__What is expected__: Below is a listing. Quote from it, exactly, the lines from the one containing "v44 (-6,-20.6,3)" down to the one containing "face CYL(AX(P(6,-20,0),D(0,0,1),D(0,-1,0)),0.6) ~[-e51", both ends included, and nothing else.

__Data records__:
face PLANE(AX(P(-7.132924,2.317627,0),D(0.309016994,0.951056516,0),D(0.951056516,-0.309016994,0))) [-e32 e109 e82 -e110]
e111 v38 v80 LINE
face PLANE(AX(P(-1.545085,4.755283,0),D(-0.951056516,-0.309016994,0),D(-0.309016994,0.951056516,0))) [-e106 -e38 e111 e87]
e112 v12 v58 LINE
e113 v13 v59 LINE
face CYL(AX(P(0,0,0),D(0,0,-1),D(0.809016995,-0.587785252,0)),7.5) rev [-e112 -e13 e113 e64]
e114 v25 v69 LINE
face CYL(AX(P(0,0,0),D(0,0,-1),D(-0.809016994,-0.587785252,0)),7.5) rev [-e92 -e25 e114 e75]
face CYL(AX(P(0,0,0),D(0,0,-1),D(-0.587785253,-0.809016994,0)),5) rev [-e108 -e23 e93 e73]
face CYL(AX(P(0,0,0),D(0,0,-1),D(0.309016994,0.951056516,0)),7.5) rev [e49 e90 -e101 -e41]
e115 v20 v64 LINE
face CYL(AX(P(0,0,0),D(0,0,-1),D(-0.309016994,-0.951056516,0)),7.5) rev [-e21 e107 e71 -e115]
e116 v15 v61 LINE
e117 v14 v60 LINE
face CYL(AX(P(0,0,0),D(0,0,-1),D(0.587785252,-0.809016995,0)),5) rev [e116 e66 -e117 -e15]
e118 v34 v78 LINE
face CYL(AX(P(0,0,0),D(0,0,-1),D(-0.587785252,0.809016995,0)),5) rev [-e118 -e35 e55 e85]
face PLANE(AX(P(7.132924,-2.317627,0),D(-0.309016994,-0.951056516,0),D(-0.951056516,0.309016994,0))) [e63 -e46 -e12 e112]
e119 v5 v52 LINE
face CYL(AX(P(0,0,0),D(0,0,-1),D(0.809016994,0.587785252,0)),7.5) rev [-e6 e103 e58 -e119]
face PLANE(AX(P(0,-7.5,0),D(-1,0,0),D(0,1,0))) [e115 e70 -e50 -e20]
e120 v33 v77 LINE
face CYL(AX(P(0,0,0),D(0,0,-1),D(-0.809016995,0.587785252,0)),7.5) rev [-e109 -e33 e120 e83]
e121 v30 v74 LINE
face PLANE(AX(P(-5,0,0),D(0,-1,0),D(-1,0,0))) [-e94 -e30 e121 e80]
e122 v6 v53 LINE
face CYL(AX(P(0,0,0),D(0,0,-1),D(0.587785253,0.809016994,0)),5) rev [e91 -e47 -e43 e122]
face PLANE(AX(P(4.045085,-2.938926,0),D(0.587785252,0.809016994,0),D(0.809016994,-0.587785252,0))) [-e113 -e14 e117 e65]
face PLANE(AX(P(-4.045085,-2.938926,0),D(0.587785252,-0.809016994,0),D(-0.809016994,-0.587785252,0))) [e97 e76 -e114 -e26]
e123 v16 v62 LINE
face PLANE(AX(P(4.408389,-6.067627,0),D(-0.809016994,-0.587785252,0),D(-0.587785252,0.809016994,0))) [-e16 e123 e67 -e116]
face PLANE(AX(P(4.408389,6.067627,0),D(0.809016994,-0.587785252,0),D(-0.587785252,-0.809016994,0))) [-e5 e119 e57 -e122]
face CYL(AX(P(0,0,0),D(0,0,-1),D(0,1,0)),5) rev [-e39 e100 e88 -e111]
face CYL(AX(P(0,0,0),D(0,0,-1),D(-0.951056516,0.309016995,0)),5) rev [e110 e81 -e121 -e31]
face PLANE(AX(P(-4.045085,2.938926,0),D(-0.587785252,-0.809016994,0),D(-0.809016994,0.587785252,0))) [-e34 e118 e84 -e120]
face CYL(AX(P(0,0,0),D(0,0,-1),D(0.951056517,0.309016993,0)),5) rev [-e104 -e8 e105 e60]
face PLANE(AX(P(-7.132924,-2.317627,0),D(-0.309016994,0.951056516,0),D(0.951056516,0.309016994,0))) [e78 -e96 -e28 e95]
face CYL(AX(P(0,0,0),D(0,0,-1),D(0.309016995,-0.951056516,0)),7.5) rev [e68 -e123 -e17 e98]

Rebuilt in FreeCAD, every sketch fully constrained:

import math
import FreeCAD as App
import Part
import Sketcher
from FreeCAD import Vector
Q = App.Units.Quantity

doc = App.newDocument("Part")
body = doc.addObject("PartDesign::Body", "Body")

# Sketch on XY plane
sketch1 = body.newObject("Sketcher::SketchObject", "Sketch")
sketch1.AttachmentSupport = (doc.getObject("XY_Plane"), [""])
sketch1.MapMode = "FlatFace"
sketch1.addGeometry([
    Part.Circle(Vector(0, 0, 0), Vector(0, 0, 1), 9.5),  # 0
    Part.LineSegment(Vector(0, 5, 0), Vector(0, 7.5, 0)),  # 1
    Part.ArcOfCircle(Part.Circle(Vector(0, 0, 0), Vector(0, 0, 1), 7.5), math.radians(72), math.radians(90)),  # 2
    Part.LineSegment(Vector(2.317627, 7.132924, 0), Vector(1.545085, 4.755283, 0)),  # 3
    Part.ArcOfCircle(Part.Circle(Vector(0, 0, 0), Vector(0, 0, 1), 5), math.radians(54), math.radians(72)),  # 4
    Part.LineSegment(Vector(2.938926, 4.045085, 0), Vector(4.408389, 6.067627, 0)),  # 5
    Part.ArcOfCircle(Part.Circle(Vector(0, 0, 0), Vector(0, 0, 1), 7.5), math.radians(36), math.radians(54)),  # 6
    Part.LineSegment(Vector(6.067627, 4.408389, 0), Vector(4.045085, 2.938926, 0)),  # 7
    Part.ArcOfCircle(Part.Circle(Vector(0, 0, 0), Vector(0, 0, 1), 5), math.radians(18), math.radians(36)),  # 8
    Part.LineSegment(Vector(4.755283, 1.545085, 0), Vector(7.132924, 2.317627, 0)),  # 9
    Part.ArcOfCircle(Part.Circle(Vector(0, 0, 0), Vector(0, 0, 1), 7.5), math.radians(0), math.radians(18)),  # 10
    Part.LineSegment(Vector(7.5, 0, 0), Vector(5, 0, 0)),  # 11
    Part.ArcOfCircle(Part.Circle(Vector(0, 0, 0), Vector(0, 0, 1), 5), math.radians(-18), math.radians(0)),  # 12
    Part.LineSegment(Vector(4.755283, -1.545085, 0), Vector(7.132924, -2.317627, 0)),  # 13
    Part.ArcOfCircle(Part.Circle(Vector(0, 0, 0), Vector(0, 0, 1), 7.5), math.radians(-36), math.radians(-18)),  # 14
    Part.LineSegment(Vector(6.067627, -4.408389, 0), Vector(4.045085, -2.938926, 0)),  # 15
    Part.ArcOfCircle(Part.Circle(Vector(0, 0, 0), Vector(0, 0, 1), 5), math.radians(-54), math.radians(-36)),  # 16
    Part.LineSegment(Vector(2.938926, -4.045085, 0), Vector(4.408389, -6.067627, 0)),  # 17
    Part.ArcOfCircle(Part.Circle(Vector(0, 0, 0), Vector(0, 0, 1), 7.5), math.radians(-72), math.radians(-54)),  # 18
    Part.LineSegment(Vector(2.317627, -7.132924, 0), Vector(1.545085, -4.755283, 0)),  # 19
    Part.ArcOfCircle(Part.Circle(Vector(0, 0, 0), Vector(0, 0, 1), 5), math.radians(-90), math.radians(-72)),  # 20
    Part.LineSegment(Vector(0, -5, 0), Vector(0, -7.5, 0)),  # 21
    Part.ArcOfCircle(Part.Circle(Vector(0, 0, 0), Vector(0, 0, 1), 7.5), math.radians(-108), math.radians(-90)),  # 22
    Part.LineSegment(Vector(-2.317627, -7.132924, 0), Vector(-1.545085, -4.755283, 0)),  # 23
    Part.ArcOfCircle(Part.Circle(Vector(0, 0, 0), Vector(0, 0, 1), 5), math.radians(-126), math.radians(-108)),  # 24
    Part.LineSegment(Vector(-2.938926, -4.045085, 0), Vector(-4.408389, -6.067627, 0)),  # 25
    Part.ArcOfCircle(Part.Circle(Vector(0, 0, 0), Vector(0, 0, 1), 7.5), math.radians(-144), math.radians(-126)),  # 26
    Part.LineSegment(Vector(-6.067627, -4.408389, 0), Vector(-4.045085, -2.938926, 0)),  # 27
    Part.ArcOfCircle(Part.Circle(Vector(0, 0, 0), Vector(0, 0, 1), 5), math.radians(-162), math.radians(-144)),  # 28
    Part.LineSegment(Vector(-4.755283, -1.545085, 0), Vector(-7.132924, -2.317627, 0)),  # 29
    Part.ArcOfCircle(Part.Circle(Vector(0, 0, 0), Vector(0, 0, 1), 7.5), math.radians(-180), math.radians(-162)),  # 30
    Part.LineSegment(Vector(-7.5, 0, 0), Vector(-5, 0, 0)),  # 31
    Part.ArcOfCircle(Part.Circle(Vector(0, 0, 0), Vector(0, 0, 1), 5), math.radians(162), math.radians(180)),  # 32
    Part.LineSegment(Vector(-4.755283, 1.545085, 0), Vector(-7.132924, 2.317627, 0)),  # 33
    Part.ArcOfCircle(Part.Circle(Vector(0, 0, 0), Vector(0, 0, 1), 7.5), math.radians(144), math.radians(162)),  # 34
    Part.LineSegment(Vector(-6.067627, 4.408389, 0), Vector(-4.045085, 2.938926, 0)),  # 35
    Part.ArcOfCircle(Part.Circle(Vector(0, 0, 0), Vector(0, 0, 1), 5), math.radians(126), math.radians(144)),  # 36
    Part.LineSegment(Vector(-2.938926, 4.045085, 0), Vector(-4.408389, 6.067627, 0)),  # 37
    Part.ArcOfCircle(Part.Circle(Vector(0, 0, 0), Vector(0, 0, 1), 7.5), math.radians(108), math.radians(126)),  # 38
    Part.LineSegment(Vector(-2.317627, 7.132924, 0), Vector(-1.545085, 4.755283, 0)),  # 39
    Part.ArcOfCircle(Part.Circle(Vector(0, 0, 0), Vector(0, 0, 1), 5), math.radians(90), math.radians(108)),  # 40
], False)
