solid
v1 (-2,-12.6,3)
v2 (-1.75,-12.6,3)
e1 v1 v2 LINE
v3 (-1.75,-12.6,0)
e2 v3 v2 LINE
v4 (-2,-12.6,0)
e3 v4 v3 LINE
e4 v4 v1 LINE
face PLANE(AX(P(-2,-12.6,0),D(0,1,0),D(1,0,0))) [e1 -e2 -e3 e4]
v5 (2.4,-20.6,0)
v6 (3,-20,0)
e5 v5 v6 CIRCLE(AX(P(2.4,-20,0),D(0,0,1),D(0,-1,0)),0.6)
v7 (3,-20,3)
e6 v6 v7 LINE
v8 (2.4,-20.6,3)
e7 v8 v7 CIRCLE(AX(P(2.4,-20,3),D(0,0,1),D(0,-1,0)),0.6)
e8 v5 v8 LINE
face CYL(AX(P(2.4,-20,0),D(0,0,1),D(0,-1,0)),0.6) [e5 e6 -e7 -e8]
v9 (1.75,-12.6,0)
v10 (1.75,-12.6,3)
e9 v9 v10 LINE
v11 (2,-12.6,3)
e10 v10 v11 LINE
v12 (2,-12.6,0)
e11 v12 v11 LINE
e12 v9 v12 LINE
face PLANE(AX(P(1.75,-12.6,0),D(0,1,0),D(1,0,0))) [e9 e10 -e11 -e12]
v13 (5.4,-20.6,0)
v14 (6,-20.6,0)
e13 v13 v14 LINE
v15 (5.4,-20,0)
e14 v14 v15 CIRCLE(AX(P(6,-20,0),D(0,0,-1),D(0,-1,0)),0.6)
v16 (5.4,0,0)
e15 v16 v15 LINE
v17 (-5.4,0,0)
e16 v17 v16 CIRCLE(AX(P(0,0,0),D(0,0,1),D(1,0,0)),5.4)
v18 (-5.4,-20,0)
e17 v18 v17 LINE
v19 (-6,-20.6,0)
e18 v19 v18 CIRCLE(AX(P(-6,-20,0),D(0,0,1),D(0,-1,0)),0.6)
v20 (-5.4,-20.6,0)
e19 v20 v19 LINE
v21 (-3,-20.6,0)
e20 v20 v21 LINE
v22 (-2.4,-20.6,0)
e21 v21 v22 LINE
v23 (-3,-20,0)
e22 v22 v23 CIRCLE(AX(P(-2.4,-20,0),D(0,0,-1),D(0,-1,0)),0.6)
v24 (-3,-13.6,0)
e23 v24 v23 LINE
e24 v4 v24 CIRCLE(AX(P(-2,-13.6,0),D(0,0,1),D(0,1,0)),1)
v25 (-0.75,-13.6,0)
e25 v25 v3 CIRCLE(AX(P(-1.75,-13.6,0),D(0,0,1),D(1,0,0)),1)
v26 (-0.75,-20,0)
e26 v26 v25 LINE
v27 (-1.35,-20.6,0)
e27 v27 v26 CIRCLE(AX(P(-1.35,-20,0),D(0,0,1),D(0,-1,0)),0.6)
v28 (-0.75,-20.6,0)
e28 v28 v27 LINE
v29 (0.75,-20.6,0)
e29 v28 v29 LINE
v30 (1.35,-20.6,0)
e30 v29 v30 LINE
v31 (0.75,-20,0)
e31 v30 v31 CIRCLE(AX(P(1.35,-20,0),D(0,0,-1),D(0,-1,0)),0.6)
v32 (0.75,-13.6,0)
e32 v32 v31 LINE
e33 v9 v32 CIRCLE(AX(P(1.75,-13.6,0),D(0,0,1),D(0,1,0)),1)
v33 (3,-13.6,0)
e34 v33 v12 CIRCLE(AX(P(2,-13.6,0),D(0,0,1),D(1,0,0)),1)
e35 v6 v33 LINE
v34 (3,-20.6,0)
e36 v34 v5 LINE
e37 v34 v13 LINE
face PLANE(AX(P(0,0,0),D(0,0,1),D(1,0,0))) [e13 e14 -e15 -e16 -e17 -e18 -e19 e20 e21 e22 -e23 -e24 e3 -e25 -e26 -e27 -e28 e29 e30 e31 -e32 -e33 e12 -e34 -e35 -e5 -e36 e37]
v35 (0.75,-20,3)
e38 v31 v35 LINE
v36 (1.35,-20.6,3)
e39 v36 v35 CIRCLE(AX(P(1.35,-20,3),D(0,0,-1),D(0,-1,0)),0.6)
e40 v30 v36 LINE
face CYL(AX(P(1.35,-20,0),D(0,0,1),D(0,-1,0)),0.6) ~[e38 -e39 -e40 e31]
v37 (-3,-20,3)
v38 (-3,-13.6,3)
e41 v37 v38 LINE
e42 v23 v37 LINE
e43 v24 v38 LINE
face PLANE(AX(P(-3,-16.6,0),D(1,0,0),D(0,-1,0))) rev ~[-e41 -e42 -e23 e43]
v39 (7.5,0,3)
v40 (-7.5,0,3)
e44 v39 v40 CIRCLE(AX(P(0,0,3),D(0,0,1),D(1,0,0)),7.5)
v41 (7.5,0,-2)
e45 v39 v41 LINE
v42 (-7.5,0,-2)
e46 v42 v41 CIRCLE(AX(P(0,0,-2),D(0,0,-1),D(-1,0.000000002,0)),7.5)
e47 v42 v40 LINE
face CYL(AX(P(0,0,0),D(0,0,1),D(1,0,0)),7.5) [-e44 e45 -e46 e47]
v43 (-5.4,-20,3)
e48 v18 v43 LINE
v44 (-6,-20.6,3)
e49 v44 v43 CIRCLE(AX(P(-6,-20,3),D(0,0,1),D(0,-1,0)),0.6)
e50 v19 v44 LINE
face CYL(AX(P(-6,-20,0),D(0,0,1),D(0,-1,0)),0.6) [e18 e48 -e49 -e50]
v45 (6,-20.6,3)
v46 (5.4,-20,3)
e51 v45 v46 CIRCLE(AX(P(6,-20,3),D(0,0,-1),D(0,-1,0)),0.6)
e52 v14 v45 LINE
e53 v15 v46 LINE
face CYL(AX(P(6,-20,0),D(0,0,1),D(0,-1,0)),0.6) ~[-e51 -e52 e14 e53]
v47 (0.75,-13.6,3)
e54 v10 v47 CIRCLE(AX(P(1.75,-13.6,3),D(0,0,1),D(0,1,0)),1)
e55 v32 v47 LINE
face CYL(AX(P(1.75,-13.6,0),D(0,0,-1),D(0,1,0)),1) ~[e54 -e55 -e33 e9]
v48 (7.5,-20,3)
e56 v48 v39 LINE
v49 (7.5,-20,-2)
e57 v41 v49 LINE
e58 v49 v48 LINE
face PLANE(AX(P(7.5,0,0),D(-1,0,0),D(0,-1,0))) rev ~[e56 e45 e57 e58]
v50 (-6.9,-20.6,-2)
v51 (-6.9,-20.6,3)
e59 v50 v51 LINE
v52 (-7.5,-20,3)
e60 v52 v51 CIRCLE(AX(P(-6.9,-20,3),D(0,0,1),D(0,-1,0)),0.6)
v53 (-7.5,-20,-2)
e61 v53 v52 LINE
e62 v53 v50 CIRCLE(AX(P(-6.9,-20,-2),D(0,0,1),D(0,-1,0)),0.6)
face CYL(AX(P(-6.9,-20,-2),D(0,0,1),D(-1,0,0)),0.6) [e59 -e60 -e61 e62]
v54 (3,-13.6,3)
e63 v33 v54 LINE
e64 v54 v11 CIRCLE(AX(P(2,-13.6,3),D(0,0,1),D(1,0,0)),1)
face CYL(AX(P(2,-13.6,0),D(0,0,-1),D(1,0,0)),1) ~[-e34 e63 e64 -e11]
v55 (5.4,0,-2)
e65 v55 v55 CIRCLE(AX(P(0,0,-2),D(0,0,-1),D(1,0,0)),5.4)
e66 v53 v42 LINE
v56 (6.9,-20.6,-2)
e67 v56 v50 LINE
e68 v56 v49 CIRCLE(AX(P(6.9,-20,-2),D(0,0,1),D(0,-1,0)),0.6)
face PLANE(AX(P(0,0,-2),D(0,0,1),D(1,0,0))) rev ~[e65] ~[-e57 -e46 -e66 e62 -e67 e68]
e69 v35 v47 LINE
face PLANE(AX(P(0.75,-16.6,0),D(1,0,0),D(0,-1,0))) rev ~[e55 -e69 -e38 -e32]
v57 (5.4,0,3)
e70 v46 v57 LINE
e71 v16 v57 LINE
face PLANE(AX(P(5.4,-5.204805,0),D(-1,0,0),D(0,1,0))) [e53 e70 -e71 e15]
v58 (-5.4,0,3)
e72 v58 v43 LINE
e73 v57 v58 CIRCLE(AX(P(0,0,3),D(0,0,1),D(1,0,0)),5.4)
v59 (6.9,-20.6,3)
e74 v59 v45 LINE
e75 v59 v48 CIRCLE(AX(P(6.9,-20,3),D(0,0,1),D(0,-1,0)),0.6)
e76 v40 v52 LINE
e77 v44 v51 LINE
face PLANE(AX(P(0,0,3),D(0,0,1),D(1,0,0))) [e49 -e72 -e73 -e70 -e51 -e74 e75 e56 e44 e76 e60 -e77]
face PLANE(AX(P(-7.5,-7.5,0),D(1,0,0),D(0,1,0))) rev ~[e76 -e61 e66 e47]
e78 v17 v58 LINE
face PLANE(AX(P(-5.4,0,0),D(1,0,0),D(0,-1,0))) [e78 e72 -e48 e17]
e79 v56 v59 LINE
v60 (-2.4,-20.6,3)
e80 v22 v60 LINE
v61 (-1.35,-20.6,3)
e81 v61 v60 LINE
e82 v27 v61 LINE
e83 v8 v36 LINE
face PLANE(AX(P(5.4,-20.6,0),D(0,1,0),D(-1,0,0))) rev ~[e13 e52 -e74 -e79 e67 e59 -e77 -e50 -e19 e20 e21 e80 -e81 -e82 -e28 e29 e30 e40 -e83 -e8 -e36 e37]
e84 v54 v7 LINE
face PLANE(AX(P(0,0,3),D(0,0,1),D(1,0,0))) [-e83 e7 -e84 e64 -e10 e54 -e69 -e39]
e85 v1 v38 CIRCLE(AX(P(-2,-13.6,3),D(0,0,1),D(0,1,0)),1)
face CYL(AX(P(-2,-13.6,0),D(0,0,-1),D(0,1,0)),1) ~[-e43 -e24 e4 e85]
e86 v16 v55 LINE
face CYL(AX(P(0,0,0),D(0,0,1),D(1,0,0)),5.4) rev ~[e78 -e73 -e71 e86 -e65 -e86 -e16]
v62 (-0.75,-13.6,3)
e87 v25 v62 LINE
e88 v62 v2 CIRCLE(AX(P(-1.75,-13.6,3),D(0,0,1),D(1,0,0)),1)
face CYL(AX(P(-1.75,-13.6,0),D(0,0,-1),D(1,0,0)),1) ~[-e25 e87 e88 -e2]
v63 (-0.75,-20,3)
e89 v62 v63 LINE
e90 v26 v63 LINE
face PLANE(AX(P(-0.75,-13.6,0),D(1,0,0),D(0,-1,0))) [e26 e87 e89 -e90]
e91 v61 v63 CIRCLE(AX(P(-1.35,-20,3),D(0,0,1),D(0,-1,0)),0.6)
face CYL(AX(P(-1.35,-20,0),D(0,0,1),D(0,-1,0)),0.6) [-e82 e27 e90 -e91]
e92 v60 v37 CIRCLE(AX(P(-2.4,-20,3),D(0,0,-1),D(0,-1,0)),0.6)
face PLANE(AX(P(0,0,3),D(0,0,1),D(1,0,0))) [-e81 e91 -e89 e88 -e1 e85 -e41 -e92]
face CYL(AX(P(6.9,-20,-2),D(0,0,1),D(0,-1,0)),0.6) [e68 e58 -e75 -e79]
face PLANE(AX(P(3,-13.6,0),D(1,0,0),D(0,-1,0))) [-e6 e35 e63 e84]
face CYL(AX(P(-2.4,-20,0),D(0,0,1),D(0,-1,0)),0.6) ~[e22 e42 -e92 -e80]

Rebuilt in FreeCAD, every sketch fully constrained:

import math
import FreeCAD as App
import Part
import Sketcher
from FreeCAD import Vector


def edges_at(feature, points):
    """Names of the edges that pass closest to the given points."""
    edges = feature.Shape.Edges
    near = lambda p: min(range(len(edges)), key=lambda i: edges[i].distToShape(Part.Vertex(*p))[0])
    return sorted({f"Edge{near(p) + 1}" for p in points})

doc = App.newDocument("Part")
body = doc.addObject("PartDesign::Body", "Body")

sketch1 = body.newObject("Sketcher::SketchObject", "Sketch")
sketch1.AttachmentSupport = (doc.getObject("XY_Plane"), [""])
sketch1.MapMode = "FlatFace"
sketch1.addGeometry(Part.LineSegment(Vector(-8, 0, 0), Vector(-8, -21, 0)), False)
sketch1.addGeometry(Part.LineSegment(Vector(-8, -21, 0), Vector(8, -21, 0)), False)
sketch1.addGeometry(Part.LineSegment(Vector(8, -21, 0), Vector(8, 0, 0)), False)
sketch1.addGeometry(Part.ArcOfCircle(Part.Circle(Vector(0, 0, 0), Vector(0, 0, 1), 8), math.radians(0), math.radians(180)), False)
sketch1.addGeometry(Part.Circle(Vector(0, 0, 0), Vector(0, 0, 1), 5), False)
sketch1.addConstraint(Sketcher.Constraint("Coincident", 0, 2, 1, 1))
sketch1.addConstraint(Sketcher.Constraint("Coincident", 1, 2, 2, 1))
sketch1.addConstraint(Sketcher.Constraint("Tangent", 2, 2, 3, 1))
sketch1.addConstraint(Sketcher.Constraint("Tangent", 3, 2, 0, 1))
sketch1.addConstraint(Sketcher.Constraint("Vertical", 0))
sketch1.addConstraint(Sketcher.Constraint("Horizontal", 1))
sketch1.addConstraint(Sketcher.Constraint("Vertical", 2))
sketch1.addConstraint(Sketcher.Constraint("Coincident", 3, 3, -1, 1))
sketch1.addConstraint(Sketcher.Constraint("Coincident", 4, 3, -1, 1))
sketch1.addConstraint(Sketcher.Constraint("Diameter", 4, 10.8))
sketch1.addConstraint(Sketcher.Constraint("Radius", 3, 7.5))
sketch1.addConstraint(Sketcher.Constraint("DistanceY", 0, 2, 0, 1, 20.6))
pad1 = body.newObject("PartDesign::Pad", "Pad")
pad1.Profile = sketch1
pad1.Length = 2
pad1.Reversed = True

sketch2 = body.newObject("Sketcher::SketchObject", "Sketch001")
sketch2.AttachmentSupport = (doc.getObject("XY_Plane"), [""])
sketch2.MapMode = "FlatFace"
sketch2.addGeometry(Part.ArcOfCircle(Part.Circle(Vector(0, 0, 0), Vector(0, 0, 1), 5.4), math.radians(0), math.radians(180)), False)
sketch2.addGeometry(Part.LineSegment(Vector(5.4, 0, 0), Vector(5.4, -20.6, 0)), False)
sketch2.addGeometry(Part.LineSegment(Vector(5.4, -20.6, 0), Vector(7.5, -20.6, 0)), False)
sketch2.addGeometry(Part.LineSegment(Vector(7.5, -20.6, 0), Vector(7.5, 0, 0)), False)
sketch2.addGeometry(Part.ArcOfCircle(Part.Circle(Vector(0, 0, 0), Vector(0, 0, 1), 7.5), math.radians(0), math.radians(180)), False)
sketch2.addGeometry(Part.LineSegment(Vector(-7.5, 0, 0), Vector(-7.5, -20.6, 0)), False)
sketch2.addGeometry(Part.LineSegment(Vector(-7.5, -20.6, 0), Vector(-5.4, -20.6, 0)), False)
sketch2.addGeometry(Part.LineSegment(Vector(-5.4, -20.6, 0), Vector(-5.4, 0, 0)), False)
sketch2.addGeometry(Part.LineSegment(Vector(0.75, -20.6, 0), Vector(3, -20.6, 0)), False)
sketch2.addGeometry(Part.LineSegment(Vector(3, -20.6, 0), Vector(3, -13.6, 0)), False)
sketch2.addGeometry(Part.ArcOfCircle(Part.Circle(Vector(2, -13.6, 0), Vector(0, 0, 1), 1), math.radians(0), math.radians(90)), False)
sketch2.addGeometry(Part.LineSegment(Vector(2, -12.6, 0), Vector(1.75, -12.6, 0)), False)
sketch2.addGeometry(Part.ArcOfCircle(Part.Circle(Vector(1.75, -13.6, 0), Vector(0, 0, 1), 1), math.radians(90), math.radians(180)), False)
sketch2.addGeometry(Part.LineSegment(Vector(0.75, -13.6, 0), Vector(0.75, -20.6, 0)), False)
sketch2.addGeometry(Part.LineSegment(Vector(-3, -13.6, 0), Vector(-3, -20.6, 0)), False)
sketch2.addGeometry(Part.LineSegment(Vector(-3, -20.6, 0), Vector(-0.75, -20.6, 0)), False)
sketch2.addGeometry(Part.LineSegment(Vector(-0.75, -20.6, 0), Vector(-0.75, -13.6, 0)), False)
sketch2.addGeometry(Part.ArcOfCircle(Part.Circle(Vector(-1.75, -13.6, 0), Vector(0, 0, 1), 1), math.radians(0), math.radians(90)), False)
sketch2.addGeometry(Part.LineSegment(Vector(-1.75, -12.6, 0), Vector(-2, -12.6, 0)), False)
sketch2.addGeometry(Part.ArcOfCircle(Part.Circle(Vector(-2, -13.6, 0), Vector(0, 0, 1), 1), math.radians(90), math.radians(180)), False)
sketch2.addConstraint(Sketcher.Constraint("Tangent", 0, 1, 1, 1))
sketch2.addConstraint(Sketcher.Constraint("Coincident", 1, 2, 2, 1))
sketch2.addConstraint(Sketcher.Constraint("Coincident", 2, 2, 3, 1))
sketch2.addConstraint(Sketcher.Constraint("Tangent", 3, 2, 4, 1))
sketch2.addConstraint(Sketcher.Constraint("Tangent", 4, 2, 5, 1))
sketch2.addConstraint(Sketcher.Constraint("Coincident", 5, 2, 6, 1))
sketch2.addConstraint(Sketcher.Constraint("Coincident", 6, 2, 7, 1))
sketch2.addConstraint(Sketcher.Constraint("Tangent", 7, 2, 0, 2))
sketch2.addConstraint(Sketcher.Constraint("Coincident", 8, 2, 9, 1))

__Final answer__:
v44 (-6,-20.6,3)
e49 v44 v43 CIRCLE(AX(P(-6,-20,3),D(0,0,1),D(0,-1,0)),0.6)
e50 v19 v44 LINE
face CYL(AX(P(-6,-20,0),D(0,0,1),D(0,-1,0)),0.6) [e18 e48 -e49 -e50]
v45 (6,-20.6,3)
v46 (5.4,-20,3)
e51 v45 v46 CIRCLE(AX(P(6,-20,3),D(0,0,-1),D(0,-1,0)),0.6)
e52 v14 v45 LINE
e53 v15 v46 LINE
face CYL(AX(P(6,-20,0),D(0,0,1),D(0,-1,0)),0.6) ~[-e51 -e52 e14 e53]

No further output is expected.